*** Opening AVAILABLE DATA ***

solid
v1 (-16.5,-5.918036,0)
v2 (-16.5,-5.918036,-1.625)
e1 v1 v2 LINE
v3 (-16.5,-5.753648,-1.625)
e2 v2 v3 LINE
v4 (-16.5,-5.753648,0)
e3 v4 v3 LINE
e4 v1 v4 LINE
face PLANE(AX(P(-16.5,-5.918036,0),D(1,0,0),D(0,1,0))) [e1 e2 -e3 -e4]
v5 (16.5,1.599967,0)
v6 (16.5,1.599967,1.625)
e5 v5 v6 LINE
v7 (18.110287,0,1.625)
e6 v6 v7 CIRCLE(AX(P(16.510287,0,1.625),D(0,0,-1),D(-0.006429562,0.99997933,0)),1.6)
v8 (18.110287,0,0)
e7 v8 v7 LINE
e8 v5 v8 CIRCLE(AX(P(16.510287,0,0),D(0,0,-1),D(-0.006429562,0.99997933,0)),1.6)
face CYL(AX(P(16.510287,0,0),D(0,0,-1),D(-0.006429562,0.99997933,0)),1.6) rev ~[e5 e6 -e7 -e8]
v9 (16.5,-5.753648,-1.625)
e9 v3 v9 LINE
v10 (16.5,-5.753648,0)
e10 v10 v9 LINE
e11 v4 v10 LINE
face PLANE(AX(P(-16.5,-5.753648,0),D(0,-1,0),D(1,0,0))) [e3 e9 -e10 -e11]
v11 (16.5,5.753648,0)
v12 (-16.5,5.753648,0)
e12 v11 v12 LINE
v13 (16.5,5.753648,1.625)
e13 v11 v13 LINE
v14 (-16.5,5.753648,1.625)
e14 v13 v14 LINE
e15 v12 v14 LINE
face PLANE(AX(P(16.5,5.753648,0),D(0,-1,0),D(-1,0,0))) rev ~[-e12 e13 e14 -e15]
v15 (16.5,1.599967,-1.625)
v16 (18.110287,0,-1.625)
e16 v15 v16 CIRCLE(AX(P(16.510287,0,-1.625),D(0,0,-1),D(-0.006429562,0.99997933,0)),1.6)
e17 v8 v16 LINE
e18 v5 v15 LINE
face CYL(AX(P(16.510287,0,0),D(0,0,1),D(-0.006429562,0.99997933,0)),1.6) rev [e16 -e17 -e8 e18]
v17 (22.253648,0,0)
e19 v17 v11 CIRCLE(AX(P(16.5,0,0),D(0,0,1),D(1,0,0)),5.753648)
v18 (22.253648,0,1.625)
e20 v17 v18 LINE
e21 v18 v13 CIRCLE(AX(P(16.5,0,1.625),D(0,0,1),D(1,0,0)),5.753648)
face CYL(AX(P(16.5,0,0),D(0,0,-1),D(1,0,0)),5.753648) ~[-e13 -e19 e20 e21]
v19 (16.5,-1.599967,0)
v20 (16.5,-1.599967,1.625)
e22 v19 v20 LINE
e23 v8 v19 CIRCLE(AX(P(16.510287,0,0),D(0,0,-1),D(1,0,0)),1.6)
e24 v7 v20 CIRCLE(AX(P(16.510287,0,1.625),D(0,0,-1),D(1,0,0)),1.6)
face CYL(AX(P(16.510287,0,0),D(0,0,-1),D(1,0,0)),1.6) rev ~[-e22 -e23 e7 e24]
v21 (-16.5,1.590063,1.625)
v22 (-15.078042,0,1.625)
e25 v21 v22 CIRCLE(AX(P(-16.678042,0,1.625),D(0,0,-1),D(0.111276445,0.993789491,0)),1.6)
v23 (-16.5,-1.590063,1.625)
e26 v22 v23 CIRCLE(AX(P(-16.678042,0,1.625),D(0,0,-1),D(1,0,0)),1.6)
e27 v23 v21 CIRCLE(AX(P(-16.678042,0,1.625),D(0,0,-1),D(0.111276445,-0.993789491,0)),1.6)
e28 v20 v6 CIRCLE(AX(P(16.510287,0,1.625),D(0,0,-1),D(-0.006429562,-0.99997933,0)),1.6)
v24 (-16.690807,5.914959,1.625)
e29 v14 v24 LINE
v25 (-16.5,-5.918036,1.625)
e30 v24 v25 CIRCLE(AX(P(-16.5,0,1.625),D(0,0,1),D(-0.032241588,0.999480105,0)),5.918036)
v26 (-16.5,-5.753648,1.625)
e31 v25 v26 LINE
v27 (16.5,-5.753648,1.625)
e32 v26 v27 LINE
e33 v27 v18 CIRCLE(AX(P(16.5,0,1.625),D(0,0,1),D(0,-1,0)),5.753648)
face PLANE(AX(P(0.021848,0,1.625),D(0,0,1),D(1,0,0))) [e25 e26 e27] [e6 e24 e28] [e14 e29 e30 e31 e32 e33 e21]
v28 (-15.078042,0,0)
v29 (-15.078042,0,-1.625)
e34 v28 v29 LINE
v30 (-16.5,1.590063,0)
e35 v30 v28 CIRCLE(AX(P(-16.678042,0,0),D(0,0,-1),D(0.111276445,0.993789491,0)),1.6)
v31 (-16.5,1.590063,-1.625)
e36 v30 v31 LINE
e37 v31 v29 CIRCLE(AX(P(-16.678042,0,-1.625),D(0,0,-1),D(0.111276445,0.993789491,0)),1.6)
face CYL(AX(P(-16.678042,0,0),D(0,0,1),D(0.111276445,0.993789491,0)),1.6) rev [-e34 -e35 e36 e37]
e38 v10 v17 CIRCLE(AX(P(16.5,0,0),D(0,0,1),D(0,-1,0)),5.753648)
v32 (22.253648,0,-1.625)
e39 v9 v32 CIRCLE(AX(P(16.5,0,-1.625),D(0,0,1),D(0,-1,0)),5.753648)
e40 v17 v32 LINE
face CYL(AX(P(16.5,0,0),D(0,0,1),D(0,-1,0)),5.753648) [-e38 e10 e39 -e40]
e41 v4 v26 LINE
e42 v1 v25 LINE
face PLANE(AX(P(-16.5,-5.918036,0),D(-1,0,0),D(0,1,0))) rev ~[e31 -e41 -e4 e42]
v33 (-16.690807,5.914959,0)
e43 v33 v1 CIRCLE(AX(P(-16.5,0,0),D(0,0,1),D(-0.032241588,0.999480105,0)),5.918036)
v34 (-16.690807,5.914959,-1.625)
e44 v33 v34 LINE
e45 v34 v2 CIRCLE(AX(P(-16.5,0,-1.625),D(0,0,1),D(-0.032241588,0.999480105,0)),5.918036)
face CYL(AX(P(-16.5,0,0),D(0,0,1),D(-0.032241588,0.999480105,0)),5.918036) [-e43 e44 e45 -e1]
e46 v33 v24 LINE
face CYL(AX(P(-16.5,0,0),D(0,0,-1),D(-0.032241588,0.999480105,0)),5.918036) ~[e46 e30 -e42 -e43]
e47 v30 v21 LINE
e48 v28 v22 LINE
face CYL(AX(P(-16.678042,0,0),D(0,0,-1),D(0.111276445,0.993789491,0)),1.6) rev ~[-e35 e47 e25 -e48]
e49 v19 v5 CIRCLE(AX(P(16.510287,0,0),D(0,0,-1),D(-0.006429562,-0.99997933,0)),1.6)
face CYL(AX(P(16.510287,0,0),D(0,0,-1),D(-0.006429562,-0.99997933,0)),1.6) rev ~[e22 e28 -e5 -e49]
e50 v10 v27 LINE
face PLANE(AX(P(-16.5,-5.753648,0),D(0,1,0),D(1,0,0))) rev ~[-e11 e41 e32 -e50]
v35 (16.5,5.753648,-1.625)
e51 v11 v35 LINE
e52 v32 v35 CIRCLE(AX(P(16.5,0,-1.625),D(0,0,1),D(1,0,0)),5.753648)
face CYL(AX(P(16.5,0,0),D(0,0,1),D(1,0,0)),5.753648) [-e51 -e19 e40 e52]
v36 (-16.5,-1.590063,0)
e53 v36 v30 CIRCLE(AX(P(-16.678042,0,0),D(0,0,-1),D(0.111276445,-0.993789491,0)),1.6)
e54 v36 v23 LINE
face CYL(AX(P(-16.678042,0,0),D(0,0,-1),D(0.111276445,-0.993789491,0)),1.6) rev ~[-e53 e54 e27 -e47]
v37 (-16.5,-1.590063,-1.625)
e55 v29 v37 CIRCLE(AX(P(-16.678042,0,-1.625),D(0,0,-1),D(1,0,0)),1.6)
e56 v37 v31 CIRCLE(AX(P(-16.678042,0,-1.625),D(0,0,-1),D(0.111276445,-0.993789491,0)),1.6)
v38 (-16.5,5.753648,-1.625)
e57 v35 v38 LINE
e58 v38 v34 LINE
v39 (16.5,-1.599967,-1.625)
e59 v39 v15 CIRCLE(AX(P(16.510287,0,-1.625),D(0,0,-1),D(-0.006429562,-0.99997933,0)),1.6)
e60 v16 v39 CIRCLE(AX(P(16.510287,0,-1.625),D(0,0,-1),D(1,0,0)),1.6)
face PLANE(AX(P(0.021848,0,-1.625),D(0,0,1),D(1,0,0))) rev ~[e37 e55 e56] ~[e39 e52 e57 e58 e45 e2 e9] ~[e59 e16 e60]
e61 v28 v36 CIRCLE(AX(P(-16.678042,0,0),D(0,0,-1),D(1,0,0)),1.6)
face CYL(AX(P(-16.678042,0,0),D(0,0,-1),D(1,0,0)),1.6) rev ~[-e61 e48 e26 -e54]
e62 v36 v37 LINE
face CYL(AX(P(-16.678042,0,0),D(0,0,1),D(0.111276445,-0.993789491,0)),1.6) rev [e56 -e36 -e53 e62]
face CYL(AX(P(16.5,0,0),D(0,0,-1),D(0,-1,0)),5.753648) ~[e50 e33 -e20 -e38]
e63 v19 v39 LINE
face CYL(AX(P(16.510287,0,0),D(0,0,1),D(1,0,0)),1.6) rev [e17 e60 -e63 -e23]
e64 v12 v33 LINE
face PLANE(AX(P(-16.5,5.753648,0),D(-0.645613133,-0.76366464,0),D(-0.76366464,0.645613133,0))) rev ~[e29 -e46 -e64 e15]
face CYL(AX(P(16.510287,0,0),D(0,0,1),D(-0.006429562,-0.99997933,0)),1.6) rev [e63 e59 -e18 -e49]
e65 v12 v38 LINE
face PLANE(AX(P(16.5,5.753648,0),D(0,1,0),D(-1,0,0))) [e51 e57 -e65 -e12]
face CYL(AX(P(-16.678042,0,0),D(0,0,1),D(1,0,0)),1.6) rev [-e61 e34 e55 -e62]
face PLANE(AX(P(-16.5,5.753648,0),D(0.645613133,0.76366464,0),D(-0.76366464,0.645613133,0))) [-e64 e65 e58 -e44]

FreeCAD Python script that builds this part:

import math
import FreeCAD as App
import Part
import Sketcher

V = App.Vector

doc = App.newDocument("Part")
body = doc.addObject("PartDesign::Body", "Body")

sketch1 = body.newObject("Sketcher::SketchObject", "Sketch")
sketch1.AttachmentSupport = (doc.getObject("XY_Plane"), [""])
sketch1.MapMode = "FlatFace"
sketch1.addGeometry(Part.LineSegment(V(-16.5, -5.75, 0), V(16.5, -5.75, 0)), False)
sketch1.addGeometry(Part.ArcOfCircle(Part.Circle(V(16.5, 0, 0), V(0, 0, 1), 5.75), math.radians(-90), math.radians(0)), False)
sketch1.addGeometry(Part.ArcOfCircle(Part.Circle(V(16.5, 0, 0), V(0, 0, 1), 5.75), math.radians(0), math.radians(90)), False)
sketch1.addGeometry(Part.LineSegment(V(16.5, 5.75, 0), V(-16.5, 5.75, 0)), False)
sketch1.addGeometry(Part.LineSegment(V(-16.5, 5.75, 0), V(-16.69, 5.91, 0)), False)
sketch1.addGeometry(Part.ArcOfCircle(Part.Circle(V(-16.5, 0, 0), V(0, 0, 1), 5.92), math.radians(92), math.radians(270)), False)
sketch1.addGeometry(Part.LineSegment(V(-16.5, -5.92, 0), V(-16.5, -5.75, 0)), False)
sketch1.addGeometry(Part.ArcOfCircle(Part.Circle(V(16.51, 0, 0), V(0, 0, 1), 1.6), math.radians(90), math.radians(270)), False)
sketch1.addGeometry(Part.ArcOfCircle(Part.Circle(V(16.51, 0, 0), V(0, 0, 1), 1.6), math.radians(0), math.radians(90)), False)
sketch1.addGeometry(Part.ArcOfCircle(Part.Circle(V(16.51, 0, 0), V(0, 0, 1), 1.6), math.radians(-90), math.radians(0)), False)
sketch1.addGeometry(Part.ArcOfCircle(Part.Circle(V(-16.68, 0, 0), V(0, 0, 1), 1.6), math.radians(-84), math.radians(0)), False)
sketch1.addGeometry(Part.ArcOfCircle(Part.Circle(V(-16.68, 0, 0), V(0, 0, 1), 1.6), math.radians(84), math.radians(276)), False)
sketch1.addGeometry(Part.ArcOfCircle(Part.Circle(V(-16.68, 0, 0), V(0, 0, 1), 1.6), math.radians(0), math.radians(84)), False)
sketch1.addConstraint(Sketcher.Constraint("Tangent", 0, 2, 1, 1))
sketch1.addConstraint(Sketcher.Constraint("Tangent", 1, 2, 2, 1))
sketch1.addConstraint(Sketcher.Constraint("Tangent", 2, 2, 3, 1))
sketch1.addConstraint(Sketcher.Constraint("Coincident", 3, 2, 4, 1))
sketch1.addConstraint(Sketcher.Constraint("Coincident", 4, 2, 5, 1))
sketch1.addConstraint(Sketcher.Constraint("Coincident", 5, 2, 6, 1))
sketch1.addConstraint(Sketcher.Constraint("Coincident", 6, 2, 0, 1))
sketch1.addConstraint(Sketcher.Constraint("Tangent", 7, 1, 8, 2))
sketch1.addConstraint(Sketcher.Constraint("Tangent", 8, 1, 9, 2))
sketch1.addConstraint(Sketcher.Constraint("Tangent", 9, 1, 7, 2))
sketch1.addConstraint(Sketcher.Constraint("Tangent", 10, 1, 11, 2))
sketch1.addConstraint(Sketcher.Constraint("Tangent", 11, 1, 12, 2))
sketch1.addConstraint(Sketcher.Constraint("Tangent", 12, 1, 10, 2))
sketch1.addConstraint(Sketcher.Constraint("Horizontal", 0))
sketch1.addConstraint(Sketcher.Constraint("Horizontal", 3))
sketch1.addConstraint(Sketcher.Constraint("Vertical", 6))
sketch1.addConstraint(Sketcher.Constraint("Equal", 1, 2))
sketch1.addConstraint(Sketcher.Constraint("Equal", 9, 10))
sketch1.addConstraint(Sketcher.Constraint("Symmetric", 1, 3, 5, 3, -1, 1))
sketch1.addConstraint(Sketcher.Constraint("Symmetric", 0, 2, 3, 2, -1, 1))
sketch1.addConstraint(Sketcher.Constraint("Symmetric", 7, 1, 9, 1, -1))
sketch1.addConstraint(Sketcher.Constraint("Symmetric", 10, 1, 11, 1, -1))
sketch1.addConstraint(Sketcher.Constraint("PointOnObject", 1, 2, -1))
sketch1.addConstraint(Sketcher.Constraint("PointOnObject", 8, 1, -1))
sketch1.addConstraint(Sketcher.Constraint("PointOnObject", 12, 1, -1))
sketch1.addConstraint(Sketcher.Constraint("Vertical", 3, 2, 5, 2))
sketch1.addConstraint(Sketcher.Constraint("Vertical", 2, 2, 7, 1))
sketch1.addConstraint(Sketcher.Constraint("Vertical", 6, 2, 10, 1))
sketch1.addConstraint(Sketcher.Constraint("Radius", 7, 1.6))
sketch1.addConstraint(Sketcher.Constraint("DistanceX", 0, 1, 0, 2, 33.0))
sketch1.addConstraint(Sketcher.Constraint("Radius", 1, 5.753648))
sketch1.addConstraint(Sketcher.Constraint("Radius", 5, 5.918036))
sketch1.addConstraint(Sketcher.Constraint("DistanceY", -1, 1, 4, 2, 5.914959))
sketch1.addConstraint(Sketcher.Constraint("DistanceX", 10, 3, 7, 3, 33.18833))
sketch1.addConstraint(Sketcher.Constraint("DistanceX", 7, 3, 1, 2, 5.743361))
pad1 = body.newObject("PartDesign::Pad", "Pad")
pad1.Profile = sketch1
pad1.Length = 3.25
pad1.Midplane = True

doc.recompute()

*** Closing AVAILABLE DATA ***

ACTION ITEM —
In the listing above, find the line containing "e31 v25 v26 LINE" and the line containing "e44 e45 -e1]", then quote both, plus every line between them, exactly as written.

RESULT OF THE TASK —
e31 v25 v26 LINE
v27 (16.5,-5.753648,1.625)
e32 v26 v27 LINE
e33 v27 v18 CIRCLE(AX(P(16.5,0,1.625),D(0,0,1),D(0,-1,0)),5.753648)
face PLANE(AX(P(0.021848,0,1.625),D(0,0,1),D(1,0,0))) [e25 e26 e27] [e6 e24 e28] [e14 e29 e30 e31 e32 e33 e21]
v28 (-15.078042,0,0)
v29 (-15.078042,0,-1.625)
e34 v28 v29 LINE
v30 (-16.5,1.590063,0)
e35 v30 v28 CIRCLE(AX(P(-16.678042,0,0),D(0,0,-1),D(0.111276445,0.993789491,0)),1.6)
v31 (-16.5,1.590063,-1.625)
e36 v30 v31 LINE
e37 v31 v29 CIRCLE(AX(P(-16.678042,0,-1.625),D(0,0,-1),D(0.111276445,0.993789491,0)),1.6)
face CYL(AX(P(-16.678042,0,0),D(0,0,1),D(0.111276445,0.993789491,0)),1.6) rev [-e34 -e35 e36 e37]
e38 v10 v17 CIRCLE(AX(P(16.5,0,0),D(0,0,1),D(0,-1,0)),5.753648)
v32 (22.253648,0,-1.625)
e39 v9 v32 CIRCLE(AX(P(16.5,0,-1.625),D(0,0,1),D(0,-1,0)),5.753648)
e40 v17 v32 LINE
face CYL(AX(P(16.5,0,0),D(0,0,1),D(0,-1,0)),5.753648) [-e38 e10 e39 -e40]
e41 v4 v26 LINE
e42 v1 v25 LINE
face PLANE(AX(P(-16.5,-5.918036,0),D(-1,0,0),D(0,1,0))) rev ~[e31 -e41 -e4 e42]
v33 (-16.690807,5.914959,0)
e43 v33 v1 CIRCLE(AX(P(-16.5,0,0),D(0,0,1),D(-0.032241588,0.999480105,0)),5.918036)
v34 (-16.690807,5.914959,-1.625)
e44 v33 v34 LINE
e45 v34 v2 CIRCLE(AX(P(-16.5,0,-1.625),D(0,0,1),D(-0.032241588,0.999480105,0)),5.918036)
face CYL(AX(P(-16.5,0,0),D(0,0,1),D(-0.032241588,0.999480105,0)),5.918036) [-e43 e44 e45 -e1]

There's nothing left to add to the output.